Frederick Law Olmsted
Nature's
Class Room:Environmental
Education
ProjectsEmerald Necklace Fungi (Coming Soon)
Boston's Emerald Necklace
Cottontail Rabbits
New England Cottontail - Sylvilagus transitionalis
Eastern Cottontail - Sylvilagus floridanus
by Stephen Baird
The Emerald Necklace has two species of Cottontail Rabbits - the New England Cottontail and the Eastern Cottontail. The different species can only be fully determined by body measurements and DNA lab tests. Field identifications are only correct about 60-90 percent of the time by the New England Cottontail's brown forehead spot and brown ear stripes and the Eastern Cottontail's white forehead spot (See images below).
Cottontail Rabbits
Cottontail Rabbits are very common and can be found throughout Boston's Emerald Necklace from Boston Common to Olmsted Park to Franklin Park and many backyard gardens.
I was photographing butterflies in the garden between the Jamaica Pond Boat House and Gazebo when this Eastern Cottontail emerged to bask in the setting sun. I am always amazed of how nature finds its way into the smallest places and spaces...
- Eastern Cottontail Rabbits are not native to New England. They were introduced in the late 1800s and again in the 1920s. The native New England Cottontail has seen a dramatic 86 percent population decline from the increased competition by Eastern Cottontail Rabbits and habitat changes from farmland to forests. Preserves including one on the Boston Harbor Islands are being set up to help protect the remaining New England Cottontail population.
- Named after the white tail
- Lives an average of 1.5 years in the wild. Oldest recorded wild cottontail lived 5 years. Oldest captive cottontail lived 9 years.

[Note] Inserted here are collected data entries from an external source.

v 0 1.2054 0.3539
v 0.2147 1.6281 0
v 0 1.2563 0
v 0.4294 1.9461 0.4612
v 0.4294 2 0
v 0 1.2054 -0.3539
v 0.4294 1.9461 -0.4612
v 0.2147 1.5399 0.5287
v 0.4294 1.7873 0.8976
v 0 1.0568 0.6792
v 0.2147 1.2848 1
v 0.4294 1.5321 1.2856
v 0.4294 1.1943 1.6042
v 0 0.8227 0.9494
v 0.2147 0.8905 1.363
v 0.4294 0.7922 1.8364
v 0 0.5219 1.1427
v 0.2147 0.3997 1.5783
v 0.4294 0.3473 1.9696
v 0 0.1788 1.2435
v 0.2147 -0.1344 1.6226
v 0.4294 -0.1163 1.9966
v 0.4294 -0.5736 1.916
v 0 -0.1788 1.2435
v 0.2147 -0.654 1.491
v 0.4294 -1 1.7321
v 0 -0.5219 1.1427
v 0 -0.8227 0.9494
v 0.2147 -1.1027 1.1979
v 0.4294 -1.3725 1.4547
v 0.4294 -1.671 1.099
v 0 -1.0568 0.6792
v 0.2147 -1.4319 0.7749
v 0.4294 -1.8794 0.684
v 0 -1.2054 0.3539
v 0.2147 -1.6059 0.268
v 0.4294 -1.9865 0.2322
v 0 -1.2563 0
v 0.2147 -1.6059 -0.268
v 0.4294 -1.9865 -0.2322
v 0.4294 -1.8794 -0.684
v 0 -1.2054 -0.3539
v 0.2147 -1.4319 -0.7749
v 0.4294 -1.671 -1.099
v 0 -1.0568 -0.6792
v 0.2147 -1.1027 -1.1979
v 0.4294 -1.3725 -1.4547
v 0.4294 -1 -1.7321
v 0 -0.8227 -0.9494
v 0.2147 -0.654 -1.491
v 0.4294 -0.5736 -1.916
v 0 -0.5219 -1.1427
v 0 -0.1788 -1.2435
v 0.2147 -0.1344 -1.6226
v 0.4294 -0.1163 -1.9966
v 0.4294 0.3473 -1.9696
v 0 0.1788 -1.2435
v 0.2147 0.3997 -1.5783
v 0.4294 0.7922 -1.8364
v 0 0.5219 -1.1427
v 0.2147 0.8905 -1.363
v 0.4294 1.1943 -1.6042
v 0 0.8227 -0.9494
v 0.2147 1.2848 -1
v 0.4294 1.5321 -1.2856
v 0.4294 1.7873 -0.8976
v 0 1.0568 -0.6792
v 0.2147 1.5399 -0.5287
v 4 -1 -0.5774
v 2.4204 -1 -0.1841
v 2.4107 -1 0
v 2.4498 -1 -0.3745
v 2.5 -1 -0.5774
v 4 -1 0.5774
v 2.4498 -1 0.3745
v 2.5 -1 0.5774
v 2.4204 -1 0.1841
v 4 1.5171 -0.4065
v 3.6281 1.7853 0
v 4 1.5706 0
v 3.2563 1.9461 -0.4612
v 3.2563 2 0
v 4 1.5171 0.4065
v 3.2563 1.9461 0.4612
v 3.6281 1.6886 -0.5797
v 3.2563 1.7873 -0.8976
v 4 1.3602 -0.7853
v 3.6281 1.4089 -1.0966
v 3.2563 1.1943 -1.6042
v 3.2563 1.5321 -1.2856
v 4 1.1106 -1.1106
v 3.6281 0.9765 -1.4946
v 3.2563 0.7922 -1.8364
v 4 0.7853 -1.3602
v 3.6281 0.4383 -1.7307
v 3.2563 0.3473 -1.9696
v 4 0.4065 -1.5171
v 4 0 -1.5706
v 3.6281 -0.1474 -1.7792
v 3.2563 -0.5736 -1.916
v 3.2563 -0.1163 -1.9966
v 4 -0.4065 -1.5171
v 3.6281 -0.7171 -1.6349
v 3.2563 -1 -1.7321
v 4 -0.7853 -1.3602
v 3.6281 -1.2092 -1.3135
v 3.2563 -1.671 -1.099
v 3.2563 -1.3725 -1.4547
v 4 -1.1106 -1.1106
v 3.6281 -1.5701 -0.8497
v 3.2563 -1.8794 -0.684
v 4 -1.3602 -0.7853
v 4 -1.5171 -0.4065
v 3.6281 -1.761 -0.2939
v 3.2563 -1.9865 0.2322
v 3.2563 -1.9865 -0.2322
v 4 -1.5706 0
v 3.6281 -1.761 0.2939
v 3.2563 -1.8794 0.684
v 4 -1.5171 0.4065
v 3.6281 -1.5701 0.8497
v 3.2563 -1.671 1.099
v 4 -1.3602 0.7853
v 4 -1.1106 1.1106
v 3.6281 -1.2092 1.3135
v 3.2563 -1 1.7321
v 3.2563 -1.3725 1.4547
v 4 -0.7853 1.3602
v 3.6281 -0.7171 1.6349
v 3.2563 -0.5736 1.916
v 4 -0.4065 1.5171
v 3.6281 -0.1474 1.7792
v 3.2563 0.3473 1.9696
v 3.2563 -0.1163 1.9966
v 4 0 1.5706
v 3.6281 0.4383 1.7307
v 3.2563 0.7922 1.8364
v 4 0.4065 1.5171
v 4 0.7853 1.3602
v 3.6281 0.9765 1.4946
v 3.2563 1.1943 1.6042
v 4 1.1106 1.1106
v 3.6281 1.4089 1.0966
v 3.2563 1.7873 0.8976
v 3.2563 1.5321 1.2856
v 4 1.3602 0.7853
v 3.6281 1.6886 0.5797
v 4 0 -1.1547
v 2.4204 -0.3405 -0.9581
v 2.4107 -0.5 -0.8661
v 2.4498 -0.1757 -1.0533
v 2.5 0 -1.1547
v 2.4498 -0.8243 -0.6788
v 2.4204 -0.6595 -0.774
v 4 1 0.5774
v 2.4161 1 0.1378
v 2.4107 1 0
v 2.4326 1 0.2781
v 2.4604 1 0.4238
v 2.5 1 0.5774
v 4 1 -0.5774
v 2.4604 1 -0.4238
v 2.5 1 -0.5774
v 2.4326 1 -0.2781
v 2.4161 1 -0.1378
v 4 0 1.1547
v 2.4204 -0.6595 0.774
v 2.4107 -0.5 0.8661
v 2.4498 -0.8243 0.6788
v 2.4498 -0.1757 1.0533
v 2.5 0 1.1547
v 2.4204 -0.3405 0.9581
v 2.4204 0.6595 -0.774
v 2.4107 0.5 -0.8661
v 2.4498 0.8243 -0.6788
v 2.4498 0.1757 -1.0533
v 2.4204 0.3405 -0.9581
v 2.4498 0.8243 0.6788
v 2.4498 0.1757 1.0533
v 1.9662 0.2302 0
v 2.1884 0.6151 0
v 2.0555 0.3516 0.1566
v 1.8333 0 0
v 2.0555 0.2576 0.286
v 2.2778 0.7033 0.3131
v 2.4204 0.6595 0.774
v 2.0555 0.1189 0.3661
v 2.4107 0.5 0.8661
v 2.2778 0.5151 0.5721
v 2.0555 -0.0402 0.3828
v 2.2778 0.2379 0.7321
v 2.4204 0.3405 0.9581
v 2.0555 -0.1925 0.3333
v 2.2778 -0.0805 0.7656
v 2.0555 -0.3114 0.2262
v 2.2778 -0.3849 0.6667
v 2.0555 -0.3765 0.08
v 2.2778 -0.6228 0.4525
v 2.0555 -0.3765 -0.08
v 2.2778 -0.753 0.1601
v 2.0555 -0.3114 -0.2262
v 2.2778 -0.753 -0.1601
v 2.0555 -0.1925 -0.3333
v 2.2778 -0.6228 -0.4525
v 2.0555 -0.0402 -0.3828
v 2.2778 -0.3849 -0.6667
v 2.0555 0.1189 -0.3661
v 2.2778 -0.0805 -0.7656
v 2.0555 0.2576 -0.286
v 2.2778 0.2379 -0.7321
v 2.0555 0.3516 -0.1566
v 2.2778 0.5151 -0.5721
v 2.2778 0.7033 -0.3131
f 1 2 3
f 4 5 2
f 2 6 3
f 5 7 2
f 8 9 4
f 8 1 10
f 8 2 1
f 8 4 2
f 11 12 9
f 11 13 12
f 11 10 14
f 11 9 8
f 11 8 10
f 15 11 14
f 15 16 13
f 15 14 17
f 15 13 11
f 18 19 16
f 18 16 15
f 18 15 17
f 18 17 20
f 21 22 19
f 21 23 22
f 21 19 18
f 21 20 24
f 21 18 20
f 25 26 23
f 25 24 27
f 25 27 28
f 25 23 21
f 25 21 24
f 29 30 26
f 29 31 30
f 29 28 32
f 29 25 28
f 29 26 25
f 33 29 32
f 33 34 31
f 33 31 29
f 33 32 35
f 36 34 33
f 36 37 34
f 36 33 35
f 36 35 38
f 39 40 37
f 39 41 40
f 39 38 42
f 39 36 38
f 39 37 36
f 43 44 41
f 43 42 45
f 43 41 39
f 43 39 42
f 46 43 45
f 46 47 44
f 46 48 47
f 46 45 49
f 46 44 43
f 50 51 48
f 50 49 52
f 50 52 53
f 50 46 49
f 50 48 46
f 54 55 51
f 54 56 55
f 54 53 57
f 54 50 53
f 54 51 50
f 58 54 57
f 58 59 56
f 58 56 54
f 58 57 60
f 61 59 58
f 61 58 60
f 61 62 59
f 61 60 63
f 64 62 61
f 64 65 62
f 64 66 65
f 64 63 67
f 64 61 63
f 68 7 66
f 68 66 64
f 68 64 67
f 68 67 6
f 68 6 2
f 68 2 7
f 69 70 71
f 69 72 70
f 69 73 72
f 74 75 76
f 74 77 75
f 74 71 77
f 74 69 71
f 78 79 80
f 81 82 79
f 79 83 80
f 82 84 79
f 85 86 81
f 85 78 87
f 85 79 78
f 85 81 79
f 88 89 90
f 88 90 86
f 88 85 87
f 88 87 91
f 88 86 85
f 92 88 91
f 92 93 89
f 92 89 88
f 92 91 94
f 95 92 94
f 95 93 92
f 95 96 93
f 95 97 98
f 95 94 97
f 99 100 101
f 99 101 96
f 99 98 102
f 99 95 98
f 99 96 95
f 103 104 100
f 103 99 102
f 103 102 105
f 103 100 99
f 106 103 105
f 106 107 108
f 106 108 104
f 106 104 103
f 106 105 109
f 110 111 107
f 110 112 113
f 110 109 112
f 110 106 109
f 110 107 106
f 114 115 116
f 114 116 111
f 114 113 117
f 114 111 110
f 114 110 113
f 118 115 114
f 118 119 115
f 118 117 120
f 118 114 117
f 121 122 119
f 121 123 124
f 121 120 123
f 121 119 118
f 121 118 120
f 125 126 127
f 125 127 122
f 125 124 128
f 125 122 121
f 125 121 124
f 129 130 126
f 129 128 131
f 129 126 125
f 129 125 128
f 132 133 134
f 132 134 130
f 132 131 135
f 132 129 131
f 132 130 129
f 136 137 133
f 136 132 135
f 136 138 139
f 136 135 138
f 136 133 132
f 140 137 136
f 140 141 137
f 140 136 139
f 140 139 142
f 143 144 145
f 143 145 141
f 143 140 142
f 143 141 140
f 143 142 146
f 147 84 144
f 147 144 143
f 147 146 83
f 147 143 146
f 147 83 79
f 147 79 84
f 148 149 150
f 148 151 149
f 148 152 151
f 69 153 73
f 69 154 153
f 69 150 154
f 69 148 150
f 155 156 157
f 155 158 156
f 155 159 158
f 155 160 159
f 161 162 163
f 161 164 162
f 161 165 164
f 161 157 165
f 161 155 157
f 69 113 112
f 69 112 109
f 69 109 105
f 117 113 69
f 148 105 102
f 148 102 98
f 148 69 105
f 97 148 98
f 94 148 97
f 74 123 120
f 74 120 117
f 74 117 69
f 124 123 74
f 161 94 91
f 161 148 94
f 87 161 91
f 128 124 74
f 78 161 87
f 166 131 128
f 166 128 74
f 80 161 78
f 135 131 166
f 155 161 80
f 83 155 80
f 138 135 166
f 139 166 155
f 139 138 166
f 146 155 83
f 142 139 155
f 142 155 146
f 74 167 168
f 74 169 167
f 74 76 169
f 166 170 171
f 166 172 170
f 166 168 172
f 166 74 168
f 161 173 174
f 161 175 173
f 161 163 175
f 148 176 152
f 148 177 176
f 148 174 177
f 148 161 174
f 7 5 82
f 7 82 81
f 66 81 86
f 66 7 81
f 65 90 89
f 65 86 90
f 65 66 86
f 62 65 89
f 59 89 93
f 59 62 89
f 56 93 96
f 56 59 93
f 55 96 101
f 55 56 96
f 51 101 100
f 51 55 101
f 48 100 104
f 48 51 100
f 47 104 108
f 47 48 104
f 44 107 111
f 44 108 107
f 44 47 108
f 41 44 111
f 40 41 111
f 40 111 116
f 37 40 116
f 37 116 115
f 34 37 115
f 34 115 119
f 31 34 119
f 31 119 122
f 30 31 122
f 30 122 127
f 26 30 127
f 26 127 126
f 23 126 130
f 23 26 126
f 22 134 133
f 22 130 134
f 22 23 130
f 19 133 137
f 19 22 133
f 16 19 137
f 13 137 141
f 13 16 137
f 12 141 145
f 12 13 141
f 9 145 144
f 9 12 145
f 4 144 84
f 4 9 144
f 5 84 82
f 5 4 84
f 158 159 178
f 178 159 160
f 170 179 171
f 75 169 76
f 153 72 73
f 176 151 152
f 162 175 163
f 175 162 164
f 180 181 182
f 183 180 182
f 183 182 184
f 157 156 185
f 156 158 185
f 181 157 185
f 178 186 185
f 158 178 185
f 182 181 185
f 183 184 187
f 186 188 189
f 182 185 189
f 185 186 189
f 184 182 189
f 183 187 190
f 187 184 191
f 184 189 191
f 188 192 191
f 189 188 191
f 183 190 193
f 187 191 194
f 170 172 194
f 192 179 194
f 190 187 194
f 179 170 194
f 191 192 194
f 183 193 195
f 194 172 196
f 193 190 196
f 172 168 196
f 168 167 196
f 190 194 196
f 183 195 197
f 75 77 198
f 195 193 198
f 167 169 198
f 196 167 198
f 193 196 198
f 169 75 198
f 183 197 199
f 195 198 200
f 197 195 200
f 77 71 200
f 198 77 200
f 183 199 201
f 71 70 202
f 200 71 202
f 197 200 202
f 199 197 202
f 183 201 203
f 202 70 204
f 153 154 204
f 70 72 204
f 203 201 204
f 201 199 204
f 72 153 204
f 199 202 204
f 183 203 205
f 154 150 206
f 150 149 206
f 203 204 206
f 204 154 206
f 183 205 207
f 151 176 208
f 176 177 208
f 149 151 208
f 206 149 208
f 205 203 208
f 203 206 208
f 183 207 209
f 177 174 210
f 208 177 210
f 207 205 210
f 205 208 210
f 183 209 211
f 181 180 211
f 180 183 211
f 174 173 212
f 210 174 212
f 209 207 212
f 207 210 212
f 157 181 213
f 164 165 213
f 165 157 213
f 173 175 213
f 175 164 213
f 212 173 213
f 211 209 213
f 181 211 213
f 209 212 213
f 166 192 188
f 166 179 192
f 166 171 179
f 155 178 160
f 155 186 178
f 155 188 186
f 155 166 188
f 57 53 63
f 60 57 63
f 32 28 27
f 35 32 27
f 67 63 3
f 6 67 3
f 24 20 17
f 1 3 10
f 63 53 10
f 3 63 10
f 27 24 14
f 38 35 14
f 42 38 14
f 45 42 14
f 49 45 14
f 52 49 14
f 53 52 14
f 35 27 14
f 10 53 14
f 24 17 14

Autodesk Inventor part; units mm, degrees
ref_plane "YZ Plane" through (0, 0, 0) normal (1, 0, 0) x (0, 1, 0)
ref_plane "XZ Plane" through (0, 0, 0) normal (0, 1, 0) x (-1, 0, 0)
sketch "Sketch1" plane through (0, 0, 0) normal (0, 0, 1) x (1, 0, 0)
  line L0 (0, 0) -> (1.8333, 0)
  line L1 (4, 1.1547) -> (4, 2)
  line L2 (4, 2) -> (0, 2)
  line L3 (4, 1.1547) -> (2.5, 1.1547)
  line L4 (2.5, 1.1547) -> (1.8333, 0)
  line L5 (0, -0.4) -> (0, 2.4) projected
  line L6 (0, 2) -> (0, 0)
  dimension "d0" = 1.5
  dimension "d1" = 60
  dimension "d2" = 4
  dimension "d3" = 2.3094
  dimension "d5" = 4
revolve "Body" add sketch "Sketch1" angle 360 about axis through (0, 0, 0) along (1, 0, 0)
chamfer "Chamfer1" distance 0.4294 angle 60 1 edges at (4, -2, 0) measured on face at (4, 1.6877, -0.2517)
sketch "Sketch2" plane through (4, 0, 0) normal (1, 0, 0) x (0, 0, -1)
  circle A0 centre (0, 0) radius 1.1547 projected
  line L0 (-0.5774, 1) -> (0.5774, 1)
  line L1 (0.5774, 1) -> (1.1547, 0)
  line L2 (1.1547, 0) -> (0.5774, -1)
  line L3 (0.5774, -1) -> (-0.5774, -1)
  line L4 (-0.5774, -1) -> (-1.1547, 0)
  line L5 (-1.1547, 0) -> (-0.5774, 1)
extrude "Slot" add sketch "Sketch2" against normal up to next contours L1 A0 | A0 L2 | L0 A0 | A0 L3 | L5 A0 | A0 L4
thread "Thread" size "M4x0.7" class "6g" standard "ISO Metric profile" length 4
chamfer "Chamfer2" distance 0.4294 angle 60 1 edges at (0, -2, 0) measured on face at (1.0854, 1.9935, -0.1609)
ref_plane "Work Plane1" through (2, 0, 0) normal (0, 0.5, 0.866) x (1, 0, 0)
equation "\"d0\" = INTI"
equation "\"d2\" = NND"
equation "\"d3\" = 1.1547 * SW"
equation "\"d5\" = NLG"
equation "\"d7\" = -0.5 * GD1 + 0.5 * NND"
equation "\"d8\" = FAWI"
equation "\"d29\" = -0.5 * GD1 + 0.5 * NND"
equation "\"d11\" = NLG"
equation "\"d13\" = -0.5 * GD1 + 0.5 * NND"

- Rabbits are herbivores -- eating grasses, weeds, fruits, dandelions (see picture below) plus garden flowers, lettuce, and beet greens. In the winter they eat tree bark and buds. Rabbits also eat their own feces in order to improve plant material digestion (coprophagous).
- Reproduction:
- Males will set up territory by thumping the ground with their hind legs. Also will box rival males with front paws.

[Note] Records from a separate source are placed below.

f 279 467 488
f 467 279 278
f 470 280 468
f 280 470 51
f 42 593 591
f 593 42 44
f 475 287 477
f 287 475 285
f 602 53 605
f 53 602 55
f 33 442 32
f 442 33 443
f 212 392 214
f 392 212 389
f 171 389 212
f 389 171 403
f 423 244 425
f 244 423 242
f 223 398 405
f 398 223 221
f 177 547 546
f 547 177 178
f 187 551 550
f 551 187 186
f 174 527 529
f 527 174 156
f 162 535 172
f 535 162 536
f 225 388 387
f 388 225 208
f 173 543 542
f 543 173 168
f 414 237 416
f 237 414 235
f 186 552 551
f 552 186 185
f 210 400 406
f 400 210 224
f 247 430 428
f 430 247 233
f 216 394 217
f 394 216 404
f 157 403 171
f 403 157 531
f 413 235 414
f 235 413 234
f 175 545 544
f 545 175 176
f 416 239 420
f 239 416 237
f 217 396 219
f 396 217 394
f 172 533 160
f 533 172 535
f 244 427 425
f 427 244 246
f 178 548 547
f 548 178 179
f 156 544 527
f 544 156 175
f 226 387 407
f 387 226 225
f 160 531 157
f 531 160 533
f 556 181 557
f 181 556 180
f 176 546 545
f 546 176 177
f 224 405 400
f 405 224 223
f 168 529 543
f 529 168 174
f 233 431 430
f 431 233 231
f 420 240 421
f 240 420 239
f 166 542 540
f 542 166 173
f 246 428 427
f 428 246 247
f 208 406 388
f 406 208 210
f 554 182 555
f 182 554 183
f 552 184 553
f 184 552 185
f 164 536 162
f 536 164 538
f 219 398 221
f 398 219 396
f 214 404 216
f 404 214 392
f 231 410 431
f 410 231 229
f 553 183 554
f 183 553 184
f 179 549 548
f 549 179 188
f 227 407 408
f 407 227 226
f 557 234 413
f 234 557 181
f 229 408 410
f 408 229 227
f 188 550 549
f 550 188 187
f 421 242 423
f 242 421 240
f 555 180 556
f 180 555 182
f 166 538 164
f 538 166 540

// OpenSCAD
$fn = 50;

- Females build nest in shallow hollows, abandoned dens of other animals, stonewalls and rock crevices.
- Mate between March and September and have 3-4 litters of 3-8 kits.
- Young rabbits are born without fur, blind and deaf. They leave the nest in 2-3 weeks and become completely independent in 4-5 weeks.
- Males and females do not actively care for young.
- Kits and young bunnies have an 85-90 percent mortality rate in the first year.
- Predators: Rabbits are a source of food for many reptiles, birds and mammals including people. Great horned owls, red tailed hawks (see photo below), coyotes, foxes, are just a few of the predators here in the Emerald Necklace. Crows, raccoons, skunks, and snakes hunt young rabbits. Unleashed dogs chase and kill adult and young rabbits.
- Literature and Folklore and Myth - Rabbits hop through books and stories and myth.
- Thornton Waldo Burgess, Massachusetts author and naturalist, wrote a series of Bedtime Stores Books - Old Mother West Wind with animal anthropomorphic characters including Peter Cottontail aka Peter Rabbit. Visit the Burgess home sites Green Briar and Laughing Brook Nature Centers in Sandwich and Hampden. Web site: http://www.thorntonburgess.org
- Beatrix Potter's The Tale of Peter Rabbit, written in letters for an ill child in 1893, has become a classic children's book.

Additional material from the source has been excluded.